START Source records
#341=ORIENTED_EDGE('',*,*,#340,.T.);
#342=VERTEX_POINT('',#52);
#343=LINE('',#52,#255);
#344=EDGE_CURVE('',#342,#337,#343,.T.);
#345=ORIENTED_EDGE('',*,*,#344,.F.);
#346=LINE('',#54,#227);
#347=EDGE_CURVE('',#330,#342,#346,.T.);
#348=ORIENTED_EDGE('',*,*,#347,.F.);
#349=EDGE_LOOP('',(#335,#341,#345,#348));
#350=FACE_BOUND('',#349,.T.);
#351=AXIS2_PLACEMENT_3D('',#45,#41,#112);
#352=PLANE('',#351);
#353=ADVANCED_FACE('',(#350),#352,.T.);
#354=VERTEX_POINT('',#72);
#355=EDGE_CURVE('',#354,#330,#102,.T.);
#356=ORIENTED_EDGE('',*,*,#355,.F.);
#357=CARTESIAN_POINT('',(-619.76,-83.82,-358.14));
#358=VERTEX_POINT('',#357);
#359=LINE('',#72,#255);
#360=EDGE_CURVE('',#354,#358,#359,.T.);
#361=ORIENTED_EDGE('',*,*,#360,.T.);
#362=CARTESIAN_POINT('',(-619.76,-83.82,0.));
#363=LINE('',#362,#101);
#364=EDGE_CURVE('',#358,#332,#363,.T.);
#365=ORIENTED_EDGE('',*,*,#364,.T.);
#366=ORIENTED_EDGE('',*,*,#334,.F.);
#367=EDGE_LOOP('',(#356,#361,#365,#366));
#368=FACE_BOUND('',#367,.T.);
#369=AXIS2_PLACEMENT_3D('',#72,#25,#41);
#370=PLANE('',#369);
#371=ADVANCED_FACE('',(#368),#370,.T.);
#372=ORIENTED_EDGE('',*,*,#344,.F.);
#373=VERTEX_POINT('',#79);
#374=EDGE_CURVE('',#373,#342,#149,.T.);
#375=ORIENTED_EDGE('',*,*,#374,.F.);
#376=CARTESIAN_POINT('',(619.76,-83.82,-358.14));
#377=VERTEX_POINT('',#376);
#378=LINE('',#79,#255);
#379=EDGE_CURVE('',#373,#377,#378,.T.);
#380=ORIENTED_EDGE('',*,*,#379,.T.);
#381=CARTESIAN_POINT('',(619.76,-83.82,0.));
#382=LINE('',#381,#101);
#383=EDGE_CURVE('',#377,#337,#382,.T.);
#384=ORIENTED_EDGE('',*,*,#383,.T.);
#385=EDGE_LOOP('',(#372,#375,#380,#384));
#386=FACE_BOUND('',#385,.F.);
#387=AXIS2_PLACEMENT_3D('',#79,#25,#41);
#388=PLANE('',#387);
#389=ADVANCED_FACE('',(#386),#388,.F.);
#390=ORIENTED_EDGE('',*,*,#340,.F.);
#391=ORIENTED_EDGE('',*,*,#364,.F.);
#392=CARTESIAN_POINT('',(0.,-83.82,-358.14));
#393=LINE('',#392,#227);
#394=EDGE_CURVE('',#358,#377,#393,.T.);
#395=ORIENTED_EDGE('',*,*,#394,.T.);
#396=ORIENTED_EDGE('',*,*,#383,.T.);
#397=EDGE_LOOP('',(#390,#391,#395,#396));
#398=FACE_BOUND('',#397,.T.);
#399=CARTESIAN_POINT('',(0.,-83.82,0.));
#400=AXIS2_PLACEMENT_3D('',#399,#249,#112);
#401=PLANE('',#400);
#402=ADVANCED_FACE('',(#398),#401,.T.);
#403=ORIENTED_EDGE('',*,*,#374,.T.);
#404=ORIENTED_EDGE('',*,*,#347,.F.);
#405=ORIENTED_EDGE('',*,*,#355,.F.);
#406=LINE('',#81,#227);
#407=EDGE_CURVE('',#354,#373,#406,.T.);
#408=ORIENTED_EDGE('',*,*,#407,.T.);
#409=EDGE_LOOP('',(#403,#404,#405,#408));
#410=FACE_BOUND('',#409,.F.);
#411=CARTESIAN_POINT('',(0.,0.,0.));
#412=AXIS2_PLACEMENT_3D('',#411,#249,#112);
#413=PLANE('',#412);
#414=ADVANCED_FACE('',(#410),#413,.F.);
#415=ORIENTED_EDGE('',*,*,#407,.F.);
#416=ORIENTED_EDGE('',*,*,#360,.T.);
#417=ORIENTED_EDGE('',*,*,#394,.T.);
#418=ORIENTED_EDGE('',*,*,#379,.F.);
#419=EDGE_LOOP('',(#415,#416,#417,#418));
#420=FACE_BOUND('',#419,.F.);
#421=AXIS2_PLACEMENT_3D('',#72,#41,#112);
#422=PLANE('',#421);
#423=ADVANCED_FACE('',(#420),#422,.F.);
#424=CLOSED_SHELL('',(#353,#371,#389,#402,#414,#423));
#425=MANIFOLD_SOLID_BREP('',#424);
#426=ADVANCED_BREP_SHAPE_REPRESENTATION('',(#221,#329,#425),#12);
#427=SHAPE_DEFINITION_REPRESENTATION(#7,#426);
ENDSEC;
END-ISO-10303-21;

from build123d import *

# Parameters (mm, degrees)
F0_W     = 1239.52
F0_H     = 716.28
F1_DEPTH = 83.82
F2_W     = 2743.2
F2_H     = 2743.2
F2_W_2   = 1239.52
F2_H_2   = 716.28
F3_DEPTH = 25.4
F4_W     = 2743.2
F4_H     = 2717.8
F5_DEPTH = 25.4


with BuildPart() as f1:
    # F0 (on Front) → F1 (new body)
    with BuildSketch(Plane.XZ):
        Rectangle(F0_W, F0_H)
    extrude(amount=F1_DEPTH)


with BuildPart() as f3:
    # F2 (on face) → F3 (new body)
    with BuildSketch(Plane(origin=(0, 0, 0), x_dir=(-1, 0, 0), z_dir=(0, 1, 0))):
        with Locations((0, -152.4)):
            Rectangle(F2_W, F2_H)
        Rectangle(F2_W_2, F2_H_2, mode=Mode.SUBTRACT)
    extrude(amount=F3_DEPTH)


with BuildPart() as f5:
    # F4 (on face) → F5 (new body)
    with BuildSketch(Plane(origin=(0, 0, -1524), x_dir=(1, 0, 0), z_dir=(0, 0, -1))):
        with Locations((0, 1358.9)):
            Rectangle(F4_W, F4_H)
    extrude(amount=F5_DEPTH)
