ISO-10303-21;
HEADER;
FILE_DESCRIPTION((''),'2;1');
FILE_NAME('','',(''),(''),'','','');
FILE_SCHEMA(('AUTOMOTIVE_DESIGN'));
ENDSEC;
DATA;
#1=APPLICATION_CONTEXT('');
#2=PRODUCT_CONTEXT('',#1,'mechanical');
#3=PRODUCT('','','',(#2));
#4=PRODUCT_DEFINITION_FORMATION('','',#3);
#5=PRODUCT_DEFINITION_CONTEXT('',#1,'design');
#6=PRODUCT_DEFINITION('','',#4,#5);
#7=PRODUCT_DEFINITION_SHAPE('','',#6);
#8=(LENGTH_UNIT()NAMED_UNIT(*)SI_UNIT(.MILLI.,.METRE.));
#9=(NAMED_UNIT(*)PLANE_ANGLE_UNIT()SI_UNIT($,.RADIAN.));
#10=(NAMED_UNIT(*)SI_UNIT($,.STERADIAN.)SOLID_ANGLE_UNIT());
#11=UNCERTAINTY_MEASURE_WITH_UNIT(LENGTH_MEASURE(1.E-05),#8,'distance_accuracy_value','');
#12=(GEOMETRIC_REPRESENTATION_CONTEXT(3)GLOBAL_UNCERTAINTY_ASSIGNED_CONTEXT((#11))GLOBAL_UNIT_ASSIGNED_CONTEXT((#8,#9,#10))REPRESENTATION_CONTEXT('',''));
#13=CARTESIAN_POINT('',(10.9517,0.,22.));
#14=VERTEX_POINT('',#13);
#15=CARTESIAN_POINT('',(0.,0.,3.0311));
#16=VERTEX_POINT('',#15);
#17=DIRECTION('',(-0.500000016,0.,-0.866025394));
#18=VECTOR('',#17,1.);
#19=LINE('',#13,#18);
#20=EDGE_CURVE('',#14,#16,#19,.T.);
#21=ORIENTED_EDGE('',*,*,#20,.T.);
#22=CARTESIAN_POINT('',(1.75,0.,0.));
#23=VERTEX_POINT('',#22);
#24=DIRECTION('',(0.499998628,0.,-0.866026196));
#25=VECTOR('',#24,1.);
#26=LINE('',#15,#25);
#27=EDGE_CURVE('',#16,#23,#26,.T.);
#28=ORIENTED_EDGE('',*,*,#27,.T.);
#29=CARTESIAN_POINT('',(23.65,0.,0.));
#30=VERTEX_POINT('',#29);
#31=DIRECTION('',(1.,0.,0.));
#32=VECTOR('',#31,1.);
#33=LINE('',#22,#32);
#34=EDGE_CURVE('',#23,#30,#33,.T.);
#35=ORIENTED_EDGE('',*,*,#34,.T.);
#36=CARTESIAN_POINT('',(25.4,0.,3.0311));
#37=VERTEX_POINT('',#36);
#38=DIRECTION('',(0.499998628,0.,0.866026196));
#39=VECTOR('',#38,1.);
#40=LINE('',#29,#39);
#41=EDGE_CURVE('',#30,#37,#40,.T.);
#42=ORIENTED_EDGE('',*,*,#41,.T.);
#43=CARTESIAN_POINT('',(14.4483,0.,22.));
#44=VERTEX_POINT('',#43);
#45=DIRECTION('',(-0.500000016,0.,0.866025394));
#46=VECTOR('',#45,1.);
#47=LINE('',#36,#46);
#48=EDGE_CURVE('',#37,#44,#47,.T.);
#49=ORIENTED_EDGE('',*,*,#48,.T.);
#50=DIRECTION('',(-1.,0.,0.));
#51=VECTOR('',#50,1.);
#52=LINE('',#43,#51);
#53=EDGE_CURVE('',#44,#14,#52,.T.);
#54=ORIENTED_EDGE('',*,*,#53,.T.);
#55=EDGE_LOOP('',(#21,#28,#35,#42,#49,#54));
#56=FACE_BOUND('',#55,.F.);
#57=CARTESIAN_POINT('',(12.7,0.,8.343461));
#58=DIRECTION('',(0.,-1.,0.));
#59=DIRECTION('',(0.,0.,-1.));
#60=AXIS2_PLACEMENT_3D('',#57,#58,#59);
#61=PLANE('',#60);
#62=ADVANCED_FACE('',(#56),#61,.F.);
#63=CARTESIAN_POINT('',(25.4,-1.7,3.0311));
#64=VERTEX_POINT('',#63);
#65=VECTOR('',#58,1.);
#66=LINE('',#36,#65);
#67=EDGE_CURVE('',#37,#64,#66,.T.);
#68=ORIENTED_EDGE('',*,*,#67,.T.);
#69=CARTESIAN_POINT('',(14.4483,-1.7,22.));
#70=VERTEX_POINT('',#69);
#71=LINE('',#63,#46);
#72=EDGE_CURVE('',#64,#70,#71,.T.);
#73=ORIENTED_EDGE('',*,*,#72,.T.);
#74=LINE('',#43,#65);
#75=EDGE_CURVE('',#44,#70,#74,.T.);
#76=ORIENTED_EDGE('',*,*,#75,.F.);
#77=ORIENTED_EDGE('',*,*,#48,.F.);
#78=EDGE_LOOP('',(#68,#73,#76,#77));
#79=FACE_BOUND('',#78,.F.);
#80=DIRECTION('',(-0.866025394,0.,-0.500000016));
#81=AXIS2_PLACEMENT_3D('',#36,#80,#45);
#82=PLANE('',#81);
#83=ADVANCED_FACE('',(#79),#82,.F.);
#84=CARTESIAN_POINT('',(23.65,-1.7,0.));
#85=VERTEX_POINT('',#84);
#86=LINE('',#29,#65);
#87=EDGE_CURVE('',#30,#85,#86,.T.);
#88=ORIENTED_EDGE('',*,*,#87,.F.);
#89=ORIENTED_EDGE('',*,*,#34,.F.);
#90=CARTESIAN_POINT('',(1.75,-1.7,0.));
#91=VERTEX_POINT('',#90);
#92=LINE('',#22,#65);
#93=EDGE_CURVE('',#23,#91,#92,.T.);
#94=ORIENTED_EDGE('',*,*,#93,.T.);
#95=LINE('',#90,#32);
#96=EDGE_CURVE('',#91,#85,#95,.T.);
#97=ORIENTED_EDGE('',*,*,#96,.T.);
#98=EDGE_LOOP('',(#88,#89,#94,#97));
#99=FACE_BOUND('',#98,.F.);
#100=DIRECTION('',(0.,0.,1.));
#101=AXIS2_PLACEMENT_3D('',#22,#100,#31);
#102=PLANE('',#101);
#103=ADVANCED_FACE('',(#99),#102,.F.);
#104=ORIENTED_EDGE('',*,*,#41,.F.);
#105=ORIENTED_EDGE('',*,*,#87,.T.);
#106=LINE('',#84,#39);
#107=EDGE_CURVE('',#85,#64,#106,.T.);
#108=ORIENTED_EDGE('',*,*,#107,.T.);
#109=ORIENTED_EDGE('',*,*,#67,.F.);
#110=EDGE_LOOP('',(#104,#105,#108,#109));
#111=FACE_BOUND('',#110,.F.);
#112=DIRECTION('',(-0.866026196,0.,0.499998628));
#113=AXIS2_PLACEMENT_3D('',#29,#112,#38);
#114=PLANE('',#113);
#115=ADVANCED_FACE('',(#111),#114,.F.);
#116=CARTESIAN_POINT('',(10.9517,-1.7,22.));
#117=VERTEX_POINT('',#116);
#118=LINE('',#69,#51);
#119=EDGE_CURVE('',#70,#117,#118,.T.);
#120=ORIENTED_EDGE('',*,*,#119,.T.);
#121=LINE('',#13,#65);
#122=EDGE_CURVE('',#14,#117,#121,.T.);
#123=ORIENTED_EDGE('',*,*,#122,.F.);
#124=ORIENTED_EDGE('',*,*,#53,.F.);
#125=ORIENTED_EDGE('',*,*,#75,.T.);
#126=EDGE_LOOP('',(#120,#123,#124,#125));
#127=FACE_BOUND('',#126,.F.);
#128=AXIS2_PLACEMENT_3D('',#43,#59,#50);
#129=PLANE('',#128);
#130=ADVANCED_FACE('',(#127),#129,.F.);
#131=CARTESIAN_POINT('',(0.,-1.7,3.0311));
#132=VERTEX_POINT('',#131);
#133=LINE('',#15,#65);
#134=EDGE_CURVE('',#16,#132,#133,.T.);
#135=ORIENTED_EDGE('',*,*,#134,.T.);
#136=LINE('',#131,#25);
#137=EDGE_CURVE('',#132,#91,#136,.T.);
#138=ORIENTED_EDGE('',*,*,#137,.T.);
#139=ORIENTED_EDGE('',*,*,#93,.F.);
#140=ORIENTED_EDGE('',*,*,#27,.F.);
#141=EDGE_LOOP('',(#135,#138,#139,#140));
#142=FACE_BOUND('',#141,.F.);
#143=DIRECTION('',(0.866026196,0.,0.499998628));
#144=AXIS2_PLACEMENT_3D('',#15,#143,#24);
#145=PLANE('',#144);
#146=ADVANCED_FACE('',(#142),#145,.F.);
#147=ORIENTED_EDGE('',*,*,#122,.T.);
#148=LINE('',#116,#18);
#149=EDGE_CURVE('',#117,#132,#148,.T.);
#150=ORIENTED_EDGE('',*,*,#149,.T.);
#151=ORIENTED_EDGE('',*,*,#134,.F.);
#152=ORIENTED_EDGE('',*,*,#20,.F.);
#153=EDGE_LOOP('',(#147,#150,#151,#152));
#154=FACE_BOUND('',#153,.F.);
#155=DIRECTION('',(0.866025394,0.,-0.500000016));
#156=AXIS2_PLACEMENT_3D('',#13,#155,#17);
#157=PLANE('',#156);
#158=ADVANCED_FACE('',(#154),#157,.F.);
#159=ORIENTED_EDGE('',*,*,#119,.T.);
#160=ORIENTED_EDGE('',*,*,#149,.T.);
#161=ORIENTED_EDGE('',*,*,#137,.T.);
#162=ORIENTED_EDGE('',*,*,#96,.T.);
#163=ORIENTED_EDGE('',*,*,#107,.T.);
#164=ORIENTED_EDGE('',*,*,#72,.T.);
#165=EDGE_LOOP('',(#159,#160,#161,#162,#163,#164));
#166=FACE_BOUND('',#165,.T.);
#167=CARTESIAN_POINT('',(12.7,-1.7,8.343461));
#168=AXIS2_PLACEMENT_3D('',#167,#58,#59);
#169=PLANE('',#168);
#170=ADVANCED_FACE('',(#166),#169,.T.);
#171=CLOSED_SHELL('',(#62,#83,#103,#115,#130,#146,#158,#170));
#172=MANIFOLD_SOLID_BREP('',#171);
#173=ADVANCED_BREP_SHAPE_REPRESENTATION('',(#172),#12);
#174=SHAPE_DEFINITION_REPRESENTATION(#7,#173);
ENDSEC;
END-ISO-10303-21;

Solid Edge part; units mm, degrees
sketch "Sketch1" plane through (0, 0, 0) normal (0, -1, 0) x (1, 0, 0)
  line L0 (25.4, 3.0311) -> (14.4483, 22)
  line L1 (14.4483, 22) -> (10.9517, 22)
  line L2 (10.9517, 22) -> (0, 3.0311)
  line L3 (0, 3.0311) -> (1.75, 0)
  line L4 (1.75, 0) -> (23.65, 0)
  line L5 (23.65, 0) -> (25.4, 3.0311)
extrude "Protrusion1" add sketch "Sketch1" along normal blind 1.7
END Source records
START Source records
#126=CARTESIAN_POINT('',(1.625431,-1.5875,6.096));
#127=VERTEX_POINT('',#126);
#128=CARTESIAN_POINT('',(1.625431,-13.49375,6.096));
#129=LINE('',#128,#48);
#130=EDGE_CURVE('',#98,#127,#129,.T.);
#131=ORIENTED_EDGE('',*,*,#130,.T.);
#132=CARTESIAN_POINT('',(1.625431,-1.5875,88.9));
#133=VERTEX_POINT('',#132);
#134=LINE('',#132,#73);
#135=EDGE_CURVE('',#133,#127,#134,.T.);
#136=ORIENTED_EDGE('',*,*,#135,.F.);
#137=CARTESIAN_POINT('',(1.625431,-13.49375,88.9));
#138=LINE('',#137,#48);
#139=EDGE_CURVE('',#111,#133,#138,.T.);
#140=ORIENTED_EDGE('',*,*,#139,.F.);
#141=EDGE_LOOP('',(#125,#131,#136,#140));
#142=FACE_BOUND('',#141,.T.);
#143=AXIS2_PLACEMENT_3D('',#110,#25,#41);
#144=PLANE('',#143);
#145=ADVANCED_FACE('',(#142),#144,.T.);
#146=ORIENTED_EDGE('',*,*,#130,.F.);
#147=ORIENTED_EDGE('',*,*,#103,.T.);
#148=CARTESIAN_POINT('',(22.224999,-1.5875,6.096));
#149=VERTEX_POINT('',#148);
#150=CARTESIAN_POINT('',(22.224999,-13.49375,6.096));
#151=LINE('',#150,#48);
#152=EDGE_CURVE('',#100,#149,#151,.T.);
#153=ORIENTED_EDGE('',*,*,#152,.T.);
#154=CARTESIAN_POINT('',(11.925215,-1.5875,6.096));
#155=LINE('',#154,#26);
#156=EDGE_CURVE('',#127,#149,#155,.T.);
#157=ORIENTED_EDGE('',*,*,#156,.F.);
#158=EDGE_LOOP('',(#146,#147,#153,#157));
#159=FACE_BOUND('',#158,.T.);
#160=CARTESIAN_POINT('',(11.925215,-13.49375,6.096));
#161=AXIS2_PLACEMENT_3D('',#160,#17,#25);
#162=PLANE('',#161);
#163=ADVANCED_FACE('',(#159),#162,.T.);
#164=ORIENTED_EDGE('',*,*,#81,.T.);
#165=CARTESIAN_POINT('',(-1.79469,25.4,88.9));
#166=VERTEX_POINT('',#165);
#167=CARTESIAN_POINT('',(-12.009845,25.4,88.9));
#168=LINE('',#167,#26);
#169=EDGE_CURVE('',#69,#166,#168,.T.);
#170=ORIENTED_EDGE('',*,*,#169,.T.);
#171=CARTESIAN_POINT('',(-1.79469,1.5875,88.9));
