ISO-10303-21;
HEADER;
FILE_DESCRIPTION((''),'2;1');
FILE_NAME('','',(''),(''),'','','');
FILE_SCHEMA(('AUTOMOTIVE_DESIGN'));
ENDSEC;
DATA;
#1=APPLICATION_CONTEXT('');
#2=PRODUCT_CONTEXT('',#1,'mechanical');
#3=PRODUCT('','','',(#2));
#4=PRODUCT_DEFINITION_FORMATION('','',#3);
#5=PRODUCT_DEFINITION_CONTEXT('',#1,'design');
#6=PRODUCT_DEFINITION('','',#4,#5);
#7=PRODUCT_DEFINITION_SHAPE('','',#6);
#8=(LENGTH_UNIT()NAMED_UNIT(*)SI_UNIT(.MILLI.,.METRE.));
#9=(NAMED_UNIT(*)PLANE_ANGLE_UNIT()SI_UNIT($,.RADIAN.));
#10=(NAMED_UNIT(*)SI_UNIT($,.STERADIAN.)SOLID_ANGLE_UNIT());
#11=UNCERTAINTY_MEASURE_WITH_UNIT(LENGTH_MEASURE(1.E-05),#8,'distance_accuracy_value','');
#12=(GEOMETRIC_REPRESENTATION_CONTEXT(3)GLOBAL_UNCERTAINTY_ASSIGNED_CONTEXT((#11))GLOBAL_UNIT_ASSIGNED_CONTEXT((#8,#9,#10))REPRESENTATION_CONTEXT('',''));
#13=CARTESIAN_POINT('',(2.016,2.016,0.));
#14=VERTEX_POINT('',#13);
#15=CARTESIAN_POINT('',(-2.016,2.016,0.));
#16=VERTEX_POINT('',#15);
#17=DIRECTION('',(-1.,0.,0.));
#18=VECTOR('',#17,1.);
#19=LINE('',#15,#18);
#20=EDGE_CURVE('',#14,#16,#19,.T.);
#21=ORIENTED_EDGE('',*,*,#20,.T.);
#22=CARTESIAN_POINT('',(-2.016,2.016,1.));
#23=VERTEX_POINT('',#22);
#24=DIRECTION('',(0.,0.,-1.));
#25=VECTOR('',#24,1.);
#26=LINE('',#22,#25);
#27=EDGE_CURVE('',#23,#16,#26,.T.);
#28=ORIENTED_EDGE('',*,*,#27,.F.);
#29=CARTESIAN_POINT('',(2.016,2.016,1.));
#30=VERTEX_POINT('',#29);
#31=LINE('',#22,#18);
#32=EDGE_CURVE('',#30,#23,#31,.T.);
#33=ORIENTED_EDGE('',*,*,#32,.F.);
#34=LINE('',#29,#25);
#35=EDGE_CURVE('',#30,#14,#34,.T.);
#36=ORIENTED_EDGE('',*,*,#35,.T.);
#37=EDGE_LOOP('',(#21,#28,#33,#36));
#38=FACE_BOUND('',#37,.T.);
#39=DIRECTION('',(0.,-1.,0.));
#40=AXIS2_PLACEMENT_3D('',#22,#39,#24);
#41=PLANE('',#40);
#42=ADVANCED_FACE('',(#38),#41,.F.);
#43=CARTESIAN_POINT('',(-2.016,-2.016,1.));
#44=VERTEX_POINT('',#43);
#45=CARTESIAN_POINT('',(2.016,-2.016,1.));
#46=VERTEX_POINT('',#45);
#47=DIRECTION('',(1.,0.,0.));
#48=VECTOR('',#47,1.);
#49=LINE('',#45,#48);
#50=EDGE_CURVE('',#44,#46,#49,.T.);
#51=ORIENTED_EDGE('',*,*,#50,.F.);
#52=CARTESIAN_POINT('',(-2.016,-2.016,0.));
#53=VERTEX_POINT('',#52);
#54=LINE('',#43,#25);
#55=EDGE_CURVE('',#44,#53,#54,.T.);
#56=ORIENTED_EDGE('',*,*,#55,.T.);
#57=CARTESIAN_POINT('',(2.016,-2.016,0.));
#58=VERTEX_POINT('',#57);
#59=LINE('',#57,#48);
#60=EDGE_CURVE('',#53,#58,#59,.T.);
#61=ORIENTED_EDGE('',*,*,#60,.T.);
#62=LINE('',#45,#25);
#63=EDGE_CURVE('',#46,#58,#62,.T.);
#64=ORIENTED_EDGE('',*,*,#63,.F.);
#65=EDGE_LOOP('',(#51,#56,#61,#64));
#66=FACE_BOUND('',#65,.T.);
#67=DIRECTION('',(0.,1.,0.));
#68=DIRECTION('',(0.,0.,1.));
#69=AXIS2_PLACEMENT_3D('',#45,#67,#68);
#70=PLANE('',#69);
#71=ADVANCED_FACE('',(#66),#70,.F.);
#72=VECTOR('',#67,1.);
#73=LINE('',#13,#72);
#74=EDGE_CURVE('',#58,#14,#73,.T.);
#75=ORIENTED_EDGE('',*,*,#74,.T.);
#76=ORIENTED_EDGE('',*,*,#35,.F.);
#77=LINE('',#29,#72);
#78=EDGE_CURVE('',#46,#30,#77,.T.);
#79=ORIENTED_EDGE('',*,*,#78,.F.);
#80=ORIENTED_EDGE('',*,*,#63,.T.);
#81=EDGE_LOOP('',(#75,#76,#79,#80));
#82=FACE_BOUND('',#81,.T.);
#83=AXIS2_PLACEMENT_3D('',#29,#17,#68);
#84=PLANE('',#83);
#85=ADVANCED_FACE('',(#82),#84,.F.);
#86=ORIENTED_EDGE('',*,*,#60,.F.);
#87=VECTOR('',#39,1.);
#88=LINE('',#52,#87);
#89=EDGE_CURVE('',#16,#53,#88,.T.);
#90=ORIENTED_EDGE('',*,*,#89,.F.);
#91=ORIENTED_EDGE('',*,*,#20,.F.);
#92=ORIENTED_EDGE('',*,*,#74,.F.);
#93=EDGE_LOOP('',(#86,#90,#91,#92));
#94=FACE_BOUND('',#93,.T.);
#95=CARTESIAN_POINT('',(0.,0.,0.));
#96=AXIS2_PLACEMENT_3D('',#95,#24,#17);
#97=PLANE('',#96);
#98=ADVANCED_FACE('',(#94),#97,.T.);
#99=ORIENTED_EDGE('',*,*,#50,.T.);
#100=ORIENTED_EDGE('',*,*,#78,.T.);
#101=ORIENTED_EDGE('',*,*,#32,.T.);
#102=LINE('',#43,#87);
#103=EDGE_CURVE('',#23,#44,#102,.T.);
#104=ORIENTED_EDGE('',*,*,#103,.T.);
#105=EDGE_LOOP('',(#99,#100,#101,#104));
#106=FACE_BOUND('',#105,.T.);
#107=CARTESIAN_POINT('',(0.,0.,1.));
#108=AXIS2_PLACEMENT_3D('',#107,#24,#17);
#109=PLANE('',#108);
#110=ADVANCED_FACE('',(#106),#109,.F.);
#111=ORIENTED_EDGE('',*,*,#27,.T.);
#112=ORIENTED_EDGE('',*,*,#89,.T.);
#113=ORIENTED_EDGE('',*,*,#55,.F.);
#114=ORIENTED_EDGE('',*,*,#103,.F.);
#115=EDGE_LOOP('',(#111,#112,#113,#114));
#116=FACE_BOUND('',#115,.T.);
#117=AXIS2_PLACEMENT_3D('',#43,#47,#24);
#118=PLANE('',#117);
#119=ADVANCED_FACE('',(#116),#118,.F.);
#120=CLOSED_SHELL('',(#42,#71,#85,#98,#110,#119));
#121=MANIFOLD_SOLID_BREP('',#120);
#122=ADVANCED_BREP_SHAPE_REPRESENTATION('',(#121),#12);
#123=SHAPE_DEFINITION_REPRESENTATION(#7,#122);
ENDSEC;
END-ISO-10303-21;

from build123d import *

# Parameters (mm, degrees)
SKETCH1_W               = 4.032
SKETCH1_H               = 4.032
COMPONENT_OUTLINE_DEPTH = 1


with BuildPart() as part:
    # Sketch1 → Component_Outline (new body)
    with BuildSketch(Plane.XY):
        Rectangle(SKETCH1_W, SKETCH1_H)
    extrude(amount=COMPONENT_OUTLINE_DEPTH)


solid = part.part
END Source records
■ Assignment: Could you reproduce exactly the lines of the entries above, from the one with "#341=ORIENTED_EDGE('',*,*,#340,.T.);" through the one with "#367=EDGE_LOOP('',(#356,#361,#365,#366));", and nothing else?

■ Exercise answer:
#341=ORIENTED_EDGE('',*,*,#340,.T.);
#342=VERTEX_POINT('',#52);
#343=LINE('',#52,#255);
#344=EDGE_CURVE('',#342,#337,#343,.T.);
#345=ORIENTED_EDGE('',*,*,#344,.F.);
#346=LINE('',#54,#227);
#347=EDGE_CURVE('',#330,#342,#346,.T.);
#348=ORIENTED_EDGE('',*,*,#347,.F.);
#349=EDGE_LOOP('',(#335,#341,#345,#348));
#350=FACE_BOUND('',#349,.T.);
#351=AXIS2_PLACEMENT_3D('',#45,#41,#112);
#352=PLANE('',#351);
#353=ADVANCED_FACE('',(#350),#352,.T.);
#354=VERTEX_POINT('',#72);
#355=EDGE_CURVE('',#354,#330,#102,.T.);
#356=ORIENTED_EDGE('',*,*,#355,.F.);
#357=CARTESIAN_POINT('',(-619.76,-83.82,-358.14));
#358=VERTEX_POINT('',#357);
#359=LINE('',#72,#255);
#360=EDGE_CURVE('',#354,#358,#359,.T.);
#361=ORIENTED_EDGE('',*,*,#360,.T.);
#362=CARTESIAN_POINT('',(-619.76,-83.82,0.));
#363=LINE('',#362,#101);
#364=EDGE_CURVE('',#358,#332,#363,.T.);
#365=ORIENTED_EDGE('',*,*,#364,.T.);
#366=ORIENTED_EDGE('',*,*,#334,.F.);
#367=EDGE_LOOP('',(#356,#361,#365,#366));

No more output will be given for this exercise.